The virus also zeroes the Base Relocation Table data directory entry. This is probably intended to disable ASLR for the host, but it also serves as the infection marker. Unfortunately for the virus writer, this has no effect at all against ASLR. The ‘problem’ is that ASLR does not require relocation data for a process to be ‘relocated’. If the file specifies that it supports ASLR, by having the IMAGE_DLL_CHARACTERISTICS_DYNAMIC_BASE flag set in the DLLCharacteristics field, and by not having the IMAGE_FILE_RELOCS_STRIPPED flag set in the COFF Characteristics field, then it will always be loaded to a random address. The only difference between the presence and absence of relocation data is that without the relocation data, no content in the process will be altered. Windows assumes that if the process specifies that it supports ASLR, then it really does support ASLR, no matter what the structure of the file looks like. The result is that a process that had a relocation table overwritten by the virus will crash when it attempts to access its variables using the original unrelocated addresses. Alternatively, if the platform does not support ASLR (i.e. Windows XP and earlier), and if something else is already present at the host load address (or if the load address is intentionally invalid to force the use of the relocation table), then the file will no longer load.

Finally, the virus sets the host entry point to point directly to the virus code and then raises an exception using the ‘int 3’ technique. The ‘int 3’ technique appears a number of times in the virus code, and is an elegant way to reduce the code size, as well as functioning as an effective anti-debugging method. Since the virus has protected itself against errors by installing a Structured Exception Handler, the simulation of an error condition results in the execution of a common block of code to exit a routine. This avoids the need for separate handlers for successful and unsuccessful code completion.

The exception handler unmaps the view and closes the file handles, restores the file attributes, and then continues the search for more objects. After all the objects have been examined, the virus raises another exception to unwind further. That exception handler closes the thread and process handles of the debugged process, and then raises yet another exception. At this point, the virus wants to restore the error mode and free the allocated memory, before raising the final exception to run the host code, but there is a bug in this code (technically, two bugs of the same kind): the wrong offset is used when indexing into the structure that holds the API addresses. Instead of calling the SetErrorMode() function, the virus calls the ReadProcessMemory() function, and instead of calling the GlobalFree() function, the virus would call the GlobalAlloc() function if the ReadProcessMemory() function returned successfully. However, the improper parameters on the stack for the ReadProcessMemory() function cause the API to raise its own exception, which the virus intercepts.

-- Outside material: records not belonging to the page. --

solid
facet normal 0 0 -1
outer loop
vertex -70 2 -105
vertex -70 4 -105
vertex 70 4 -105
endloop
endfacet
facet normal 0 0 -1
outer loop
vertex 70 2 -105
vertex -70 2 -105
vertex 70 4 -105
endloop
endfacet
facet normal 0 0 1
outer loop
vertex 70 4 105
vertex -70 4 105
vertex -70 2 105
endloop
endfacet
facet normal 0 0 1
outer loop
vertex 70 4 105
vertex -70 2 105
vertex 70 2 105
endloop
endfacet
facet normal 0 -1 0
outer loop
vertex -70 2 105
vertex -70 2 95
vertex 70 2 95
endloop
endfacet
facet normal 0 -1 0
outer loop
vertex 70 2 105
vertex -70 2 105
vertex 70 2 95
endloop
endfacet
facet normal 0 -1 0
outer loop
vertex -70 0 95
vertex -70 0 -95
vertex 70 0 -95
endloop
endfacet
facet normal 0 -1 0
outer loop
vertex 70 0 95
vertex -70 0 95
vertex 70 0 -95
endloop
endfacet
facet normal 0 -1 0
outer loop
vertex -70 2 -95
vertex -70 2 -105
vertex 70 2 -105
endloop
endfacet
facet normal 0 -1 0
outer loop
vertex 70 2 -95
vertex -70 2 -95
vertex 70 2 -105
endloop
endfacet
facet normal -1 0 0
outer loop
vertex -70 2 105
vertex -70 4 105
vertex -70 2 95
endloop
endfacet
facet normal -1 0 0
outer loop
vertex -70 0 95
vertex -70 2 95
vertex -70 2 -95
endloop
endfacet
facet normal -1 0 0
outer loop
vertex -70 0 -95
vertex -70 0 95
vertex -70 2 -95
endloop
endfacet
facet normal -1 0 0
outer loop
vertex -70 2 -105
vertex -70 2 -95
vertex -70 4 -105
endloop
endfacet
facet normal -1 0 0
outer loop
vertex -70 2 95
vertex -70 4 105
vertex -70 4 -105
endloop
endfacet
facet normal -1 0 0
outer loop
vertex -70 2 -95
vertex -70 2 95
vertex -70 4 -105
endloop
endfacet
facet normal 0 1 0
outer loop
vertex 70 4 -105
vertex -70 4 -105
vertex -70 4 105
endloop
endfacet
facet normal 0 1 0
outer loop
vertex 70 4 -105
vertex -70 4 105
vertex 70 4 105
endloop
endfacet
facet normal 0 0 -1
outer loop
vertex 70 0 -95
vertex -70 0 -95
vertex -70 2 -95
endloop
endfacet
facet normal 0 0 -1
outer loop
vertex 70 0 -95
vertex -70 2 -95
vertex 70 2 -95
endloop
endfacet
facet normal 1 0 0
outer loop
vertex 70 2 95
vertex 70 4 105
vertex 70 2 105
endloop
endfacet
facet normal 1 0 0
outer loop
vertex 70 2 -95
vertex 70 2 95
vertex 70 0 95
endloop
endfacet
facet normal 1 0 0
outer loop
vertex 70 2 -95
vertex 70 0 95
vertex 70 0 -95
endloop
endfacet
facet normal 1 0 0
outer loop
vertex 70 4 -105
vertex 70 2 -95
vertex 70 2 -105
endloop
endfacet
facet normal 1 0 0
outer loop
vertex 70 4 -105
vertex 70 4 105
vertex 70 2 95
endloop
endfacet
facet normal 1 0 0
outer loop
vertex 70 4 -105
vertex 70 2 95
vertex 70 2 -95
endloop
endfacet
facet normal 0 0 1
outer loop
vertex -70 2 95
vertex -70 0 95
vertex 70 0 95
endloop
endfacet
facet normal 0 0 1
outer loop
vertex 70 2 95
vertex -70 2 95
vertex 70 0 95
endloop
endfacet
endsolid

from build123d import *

# Parameters (mm, degrees)
SKETCH2_W               = 140
SKETCH2_H               = 420
BOSS_EXTRUDE1_DEPTH     = 4
BOSS_EXTRUDE2_DEPTH     = 25
SKETCH4_W               = 10.25
SKETCH4_H               = 80.25
CUT_EXTRUDE1_DEPTH      = 25.4
SKETCH7_W               = 130
SKETCH7_H               = 10
CUT_EXTRUDE2_DEPTH      = 2.45
SKETCH9_W               = 140
SKETCH9_H               = 115
SKETCH9_W_2             = 10.25
SKETCH9_H_2             = 80.25
CUT_EXTRUDE3_DEPTH      = 1
CUT_EXTRUDE3_DEPTH_BACK = 30
SKETCH10_W              = 140
SKETCH10_H              = 10
BOSS_EXTRUDE3_DEPTH     = 2


with BuildPart() as part:
    # Sketch2 → Boss-Extrude1 (new body)
    with BuildSketch(Plane(origin=(0, 0, 0), x_dir=(1, 0, 0), z_dir=(0, 1, 0))):
        Rectangle(SKETCH2_W, SKETCH2_H)
    extrude(amount=BOSS_EXTRUDE1_DEPTH)

    # Sketch3 → Boss-Extrude2 (add)
    with BuildSketch(Plane(origin=(0, 4, 0), x_dir=(1, 0, 0), z_dir=(0, 1, 0))):
        with BuildLine():
            Line((-37.5, -165), (-37.5, -145))
            Line((-37.5, -145), (-43.5, -145))
            Line((-43.5, -145), (-43.5, -165))
            ThreePointArc((-43.5, -165), (0, -208.5), (43.5, -165))
            Line((43.5, -165), (43.5, -145))
            Line((43.5, -145), (37.5, -145))
            Line((37.5, -145), (37.5, -165))
            ThreePointArc((37.5, -165), (0, -202.5), (-37.5, -165))
        make_face()
    extrude(amount=BOSS_EXTRUDE2_DEPTH)

    # Sketch4 → Cut-Extrude1 (cut)
    with BuildSketch(Plane(origin=(0, 4, 0), x_dir=(1, 0, 0), z_dir=(0, 1, 0))):
        with Locations((-59.875, 139.875)):
            Rectangle(SKETCH4_W, SKETCH4_H)
        with Locations((59.875, 139.875)):
            Rectangle(SKETCH4_W, SKETCH4_H)
    extrude(amount=-CUT_EXTRUDE1_DEPTH, mode=Mode.SUBTRACT)

    # Sketch7 → Cut-Extrude2 (cut)
    with BuildSketch(Plane(origin=(0, 4, 0), x_dir=(1, 0, 0), z_dir=(0, 1, 0))):
        with Locations((0, 200)):
            Rectangle(SKETCH7_W, SKETCH7_H)
    extrude(amount=-CUT_EXTRUDE2_DEPTH, mode=Mode.SUBTRACT)

    # Sketch9 → Cut-Extrude3 (cut, two sides)
    with BuildSketch(Plane.XZ) as cut_extrude3_sk:
        with Locations((0, 152.5)):
            Rectangle(SKETCH9_W, SKETCH9_H)
        with Locations((0, -152.5)):
            Rectangle(SKETCH9_W, SKETCH9_H)
        with Locations((-59.875, -139.875)):
            Rectangle(SKETCH9_W_2, SKETCH9_H_2, mode=Mode.SUBTRACT)
        with Locations((59.875, -139.875)):
            Rectangle(SKETCH9_W_2, SKETCH9_H_2, mode=Mode.SUBTRACT)
    extrude(amount=CUT_EXTRUDE3_DEPTH, mode=Mode.SUBTRACT)
    extrude(cut_extrude3_sk.sketch, amount=-CUT_EXTRUDE3_DEPTH_BACK, mode=Mode.SUBTRACT)

    # Sketch10 → Boss-Extrude3 (add)
    with BuildSketch(Plane(origin=(0, 4, 0), x_dir=(1, 0, 0), z_dir=(0, 1, 0))):
        with Locations((0, 100)):
            Rectangle(SKETCH10_W, SKETCH10_H)
        with Locations((0, -100)):
            Rectangle(SKETCH10_W, SKETCH10_H)
    extrude(amount=-BOSS_EXTRUDE3_DEPTH)


solid = part.part
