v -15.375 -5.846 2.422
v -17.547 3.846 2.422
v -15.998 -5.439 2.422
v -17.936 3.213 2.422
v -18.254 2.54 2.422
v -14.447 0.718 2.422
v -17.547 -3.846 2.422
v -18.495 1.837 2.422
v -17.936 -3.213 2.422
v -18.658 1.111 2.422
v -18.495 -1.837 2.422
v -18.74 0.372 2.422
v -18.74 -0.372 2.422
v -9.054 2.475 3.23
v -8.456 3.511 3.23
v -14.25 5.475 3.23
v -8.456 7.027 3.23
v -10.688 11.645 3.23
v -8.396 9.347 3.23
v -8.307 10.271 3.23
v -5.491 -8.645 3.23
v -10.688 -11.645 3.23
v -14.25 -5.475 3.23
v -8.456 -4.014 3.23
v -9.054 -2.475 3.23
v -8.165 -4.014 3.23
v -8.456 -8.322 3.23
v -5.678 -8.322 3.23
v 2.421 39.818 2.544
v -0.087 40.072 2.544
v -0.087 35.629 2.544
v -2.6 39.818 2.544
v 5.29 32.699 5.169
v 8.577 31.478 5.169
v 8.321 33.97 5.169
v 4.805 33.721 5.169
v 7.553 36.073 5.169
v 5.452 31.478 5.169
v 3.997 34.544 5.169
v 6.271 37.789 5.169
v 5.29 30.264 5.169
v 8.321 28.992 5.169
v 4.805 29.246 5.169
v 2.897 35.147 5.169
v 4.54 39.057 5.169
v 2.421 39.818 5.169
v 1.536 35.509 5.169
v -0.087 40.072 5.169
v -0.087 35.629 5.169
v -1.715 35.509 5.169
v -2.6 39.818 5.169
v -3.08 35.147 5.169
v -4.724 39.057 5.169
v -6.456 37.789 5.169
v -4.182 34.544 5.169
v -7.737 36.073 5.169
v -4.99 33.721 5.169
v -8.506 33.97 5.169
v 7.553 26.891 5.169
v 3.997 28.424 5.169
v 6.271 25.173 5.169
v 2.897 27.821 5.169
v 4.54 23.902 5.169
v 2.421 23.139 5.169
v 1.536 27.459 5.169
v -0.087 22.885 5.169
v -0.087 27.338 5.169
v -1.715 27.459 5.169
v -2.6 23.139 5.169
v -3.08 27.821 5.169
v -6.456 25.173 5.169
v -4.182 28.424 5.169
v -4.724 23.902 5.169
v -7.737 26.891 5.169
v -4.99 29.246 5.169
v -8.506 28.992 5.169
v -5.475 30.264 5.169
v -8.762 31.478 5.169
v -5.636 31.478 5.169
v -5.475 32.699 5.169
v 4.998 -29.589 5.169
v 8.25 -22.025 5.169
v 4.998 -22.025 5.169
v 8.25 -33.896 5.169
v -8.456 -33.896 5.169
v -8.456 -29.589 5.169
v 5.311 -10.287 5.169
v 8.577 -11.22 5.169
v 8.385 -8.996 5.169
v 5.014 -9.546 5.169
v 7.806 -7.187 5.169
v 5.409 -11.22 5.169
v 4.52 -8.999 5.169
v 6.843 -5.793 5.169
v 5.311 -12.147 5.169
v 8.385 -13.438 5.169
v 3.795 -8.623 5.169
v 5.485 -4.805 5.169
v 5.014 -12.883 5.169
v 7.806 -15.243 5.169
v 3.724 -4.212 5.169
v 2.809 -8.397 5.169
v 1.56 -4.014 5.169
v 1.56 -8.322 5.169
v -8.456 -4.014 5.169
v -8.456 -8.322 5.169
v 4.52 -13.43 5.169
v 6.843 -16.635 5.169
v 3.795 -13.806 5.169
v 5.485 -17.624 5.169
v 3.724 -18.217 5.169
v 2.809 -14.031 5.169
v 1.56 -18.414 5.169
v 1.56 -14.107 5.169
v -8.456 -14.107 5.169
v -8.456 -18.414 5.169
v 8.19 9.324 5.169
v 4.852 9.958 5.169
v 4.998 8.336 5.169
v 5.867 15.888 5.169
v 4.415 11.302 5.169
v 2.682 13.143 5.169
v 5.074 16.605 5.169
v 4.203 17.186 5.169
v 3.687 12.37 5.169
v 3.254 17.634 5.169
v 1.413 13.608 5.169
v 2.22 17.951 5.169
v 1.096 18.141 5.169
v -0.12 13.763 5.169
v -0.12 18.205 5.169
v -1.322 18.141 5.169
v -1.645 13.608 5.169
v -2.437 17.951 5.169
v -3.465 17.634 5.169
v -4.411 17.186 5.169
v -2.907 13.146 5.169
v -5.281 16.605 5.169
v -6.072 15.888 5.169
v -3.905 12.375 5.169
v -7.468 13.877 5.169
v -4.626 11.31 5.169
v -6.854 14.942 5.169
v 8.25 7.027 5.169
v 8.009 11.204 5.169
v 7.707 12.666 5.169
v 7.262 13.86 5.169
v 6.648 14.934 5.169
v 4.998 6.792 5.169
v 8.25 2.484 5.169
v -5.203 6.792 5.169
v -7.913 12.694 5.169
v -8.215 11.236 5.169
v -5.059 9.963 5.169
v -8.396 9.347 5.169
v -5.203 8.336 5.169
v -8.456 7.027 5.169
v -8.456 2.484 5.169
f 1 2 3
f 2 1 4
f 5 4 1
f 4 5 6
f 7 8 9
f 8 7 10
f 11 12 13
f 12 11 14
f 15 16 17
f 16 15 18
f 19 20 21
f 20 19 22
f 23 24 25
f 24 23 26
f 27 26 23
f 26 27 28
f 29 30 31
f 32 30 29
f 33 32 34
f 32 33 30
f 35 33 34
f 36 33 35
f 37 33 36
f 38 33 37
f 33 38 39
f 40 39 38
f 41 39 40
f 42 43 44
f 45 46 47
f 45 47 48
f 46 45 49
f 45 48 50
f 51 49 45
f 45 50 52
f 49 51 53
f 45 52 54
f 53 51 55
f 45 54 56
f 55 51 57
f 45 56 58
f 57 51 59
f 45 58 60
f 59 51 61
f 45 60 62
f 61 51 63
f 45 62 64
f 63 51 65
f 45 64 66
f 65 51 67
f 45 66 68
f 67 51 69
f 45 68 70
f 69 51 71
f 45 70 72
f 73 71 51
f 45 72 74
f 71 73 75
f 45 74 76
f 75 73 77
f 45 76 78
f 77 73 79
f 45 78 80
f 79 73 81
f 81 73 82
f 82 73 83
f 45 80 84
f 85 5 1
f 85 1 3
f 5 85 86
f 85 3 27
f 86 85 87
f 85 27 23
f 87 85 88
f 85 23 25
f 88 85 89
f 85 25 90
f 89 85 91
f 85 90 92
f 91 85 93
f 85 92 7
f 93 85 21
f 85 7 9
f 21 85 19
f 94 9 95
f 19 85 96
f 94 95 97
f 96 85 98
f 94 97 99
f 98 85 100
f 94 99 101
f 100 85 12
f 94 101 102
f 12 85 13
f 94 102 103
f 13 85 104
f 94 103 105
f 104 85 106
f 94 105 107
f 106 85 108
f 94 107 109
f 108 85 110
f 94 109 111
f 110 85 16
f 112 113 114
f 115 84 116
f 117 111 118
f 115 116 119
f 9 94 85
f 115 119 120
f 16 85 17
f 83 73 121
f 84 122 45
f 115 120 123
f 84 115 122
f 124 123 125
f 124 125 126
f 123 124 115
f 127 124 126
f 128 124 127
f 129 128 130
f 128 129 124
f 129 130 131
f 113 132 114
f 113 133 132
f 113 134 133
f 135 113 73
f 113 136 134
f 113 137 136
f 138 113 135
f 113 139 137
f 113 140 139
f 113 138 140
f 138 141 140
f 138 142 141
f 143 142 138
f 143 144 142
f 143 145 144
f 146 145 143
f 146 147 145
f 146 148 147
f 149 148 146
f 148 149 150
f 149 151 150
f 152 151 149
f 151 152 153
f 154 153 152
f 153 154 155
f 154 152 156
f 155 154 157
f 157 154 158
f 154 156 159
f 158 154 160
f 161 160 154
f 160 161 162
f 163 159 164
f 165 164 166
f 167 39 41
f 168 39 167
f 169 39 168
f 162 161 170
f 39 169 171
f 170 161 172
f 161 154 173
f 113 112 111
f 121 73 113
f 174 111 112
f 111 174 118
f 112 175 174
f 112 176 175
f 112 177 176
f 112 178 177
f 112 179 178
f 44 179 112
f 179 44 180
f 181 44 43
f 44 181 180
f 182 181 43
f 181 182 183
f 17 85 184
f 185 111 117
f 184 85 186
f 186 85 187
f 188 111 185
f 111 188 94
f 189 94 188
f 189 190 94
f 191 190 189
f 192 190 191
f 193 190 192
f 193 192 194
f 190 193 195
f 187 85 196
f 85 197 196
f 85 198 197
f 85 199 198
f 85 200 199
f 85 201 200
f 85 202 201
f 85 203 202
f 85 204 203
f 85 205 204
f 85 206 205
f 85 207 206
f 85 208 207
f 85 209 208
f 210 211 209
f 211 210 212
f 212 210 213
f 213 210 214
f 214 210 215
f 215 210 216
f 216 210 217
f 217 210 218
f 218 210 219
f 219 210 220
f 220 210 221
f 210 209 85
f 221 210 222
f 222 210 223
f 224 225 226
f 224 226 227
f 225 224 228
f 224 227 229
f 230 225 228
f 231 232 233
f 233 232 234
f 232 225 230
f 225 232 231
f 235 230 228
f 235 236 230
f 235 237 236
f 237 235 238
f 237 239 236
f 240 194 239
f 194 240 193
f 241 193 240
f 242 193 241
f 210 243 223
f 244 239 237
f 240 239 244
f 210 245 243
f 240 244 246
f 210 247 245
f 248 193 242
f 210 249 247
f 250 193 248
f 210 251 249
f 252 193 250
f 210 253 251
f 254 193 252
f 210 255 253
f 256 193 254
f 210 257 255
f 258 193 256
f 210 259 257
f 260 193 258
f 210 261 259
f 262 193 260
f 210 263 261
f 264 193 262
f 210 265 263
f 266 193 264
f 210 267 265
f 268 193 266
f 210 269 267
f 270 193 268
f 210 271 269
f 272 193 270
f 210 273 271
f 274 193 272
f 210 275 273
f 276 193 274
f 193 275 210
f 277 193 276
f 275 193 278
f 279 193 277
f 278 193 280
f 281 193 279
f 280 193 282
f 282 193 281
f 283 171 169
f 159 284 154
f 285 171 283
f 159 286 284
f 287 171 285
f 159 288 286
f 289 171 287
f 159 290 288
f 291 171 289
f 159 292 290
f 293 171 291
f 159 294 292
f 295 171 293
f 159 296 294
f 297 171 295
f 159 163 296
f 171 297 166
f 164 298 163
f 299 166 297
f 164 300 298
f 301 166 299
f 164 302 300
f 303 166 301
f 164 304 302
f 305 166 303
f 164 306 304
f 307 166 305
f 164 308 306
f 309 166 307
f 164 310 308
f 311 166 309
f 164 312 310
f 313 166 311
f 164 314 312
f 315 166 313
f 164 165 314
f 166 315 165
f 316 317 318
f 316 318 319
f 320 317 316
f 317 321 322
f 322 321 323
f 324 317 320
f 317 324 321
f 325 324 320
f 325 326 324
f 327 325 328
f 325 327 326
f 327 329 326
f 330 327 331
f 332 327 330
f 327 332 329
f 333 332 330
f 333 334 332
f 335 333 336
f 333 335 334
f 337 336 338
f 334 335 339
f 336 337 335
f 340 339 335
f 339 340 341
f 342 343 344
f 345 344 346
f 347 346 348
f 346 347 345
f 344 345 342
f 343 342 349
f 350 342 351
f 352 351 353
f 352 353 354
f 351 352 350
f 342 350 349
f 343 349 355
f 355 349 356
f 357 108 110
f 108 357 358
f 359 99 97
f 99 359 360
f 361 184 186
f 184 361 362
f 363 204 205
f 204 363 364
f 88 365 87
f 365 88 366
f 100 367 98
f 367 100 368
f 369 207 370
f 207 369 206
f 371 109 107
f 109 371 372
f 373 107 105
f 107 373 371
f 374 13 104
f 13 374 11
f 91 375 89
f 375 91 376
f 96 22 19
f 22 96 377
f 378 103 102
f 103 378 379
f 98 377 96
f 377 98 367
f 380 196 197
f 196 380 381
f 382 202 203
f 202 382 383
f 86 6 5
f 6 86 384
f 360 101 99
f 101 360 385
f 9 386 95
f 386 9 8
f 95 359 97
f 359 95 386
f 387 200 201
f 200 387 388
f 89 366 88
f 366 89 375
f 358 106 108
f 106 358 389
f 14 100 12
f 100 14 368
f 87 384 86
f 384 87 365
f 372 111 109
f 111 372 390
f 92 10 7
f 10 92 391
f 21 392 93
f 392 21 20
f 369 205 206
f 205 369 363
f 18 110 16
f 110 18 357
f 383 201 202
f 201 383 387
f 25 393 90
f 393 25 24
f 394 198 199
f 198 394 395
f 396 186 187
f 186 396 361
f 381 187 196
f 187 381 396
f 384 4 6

The final exception handler restores the registers and transfers control to the host. Of course, since the GlobalFree() function was never called, the virus leaks a small amount of memory as a result. The bug that causes the early exception is the kind of problem that can only be found by single-stepping through the code, since an exception of some kind is the expected behaviour; it just happens too early in this case.

The Tussie.A virus [2] showed us a way to hide encoded data by using something approaching the smallest possible implementation of individual opcode decoding. The Tussie.B virus takes a step back by introducing a layer of indirection for no obvious purpose other than to make debugging a bit more difficult. Fortunately, the simplicity of this implementation still results in simplicity of detection.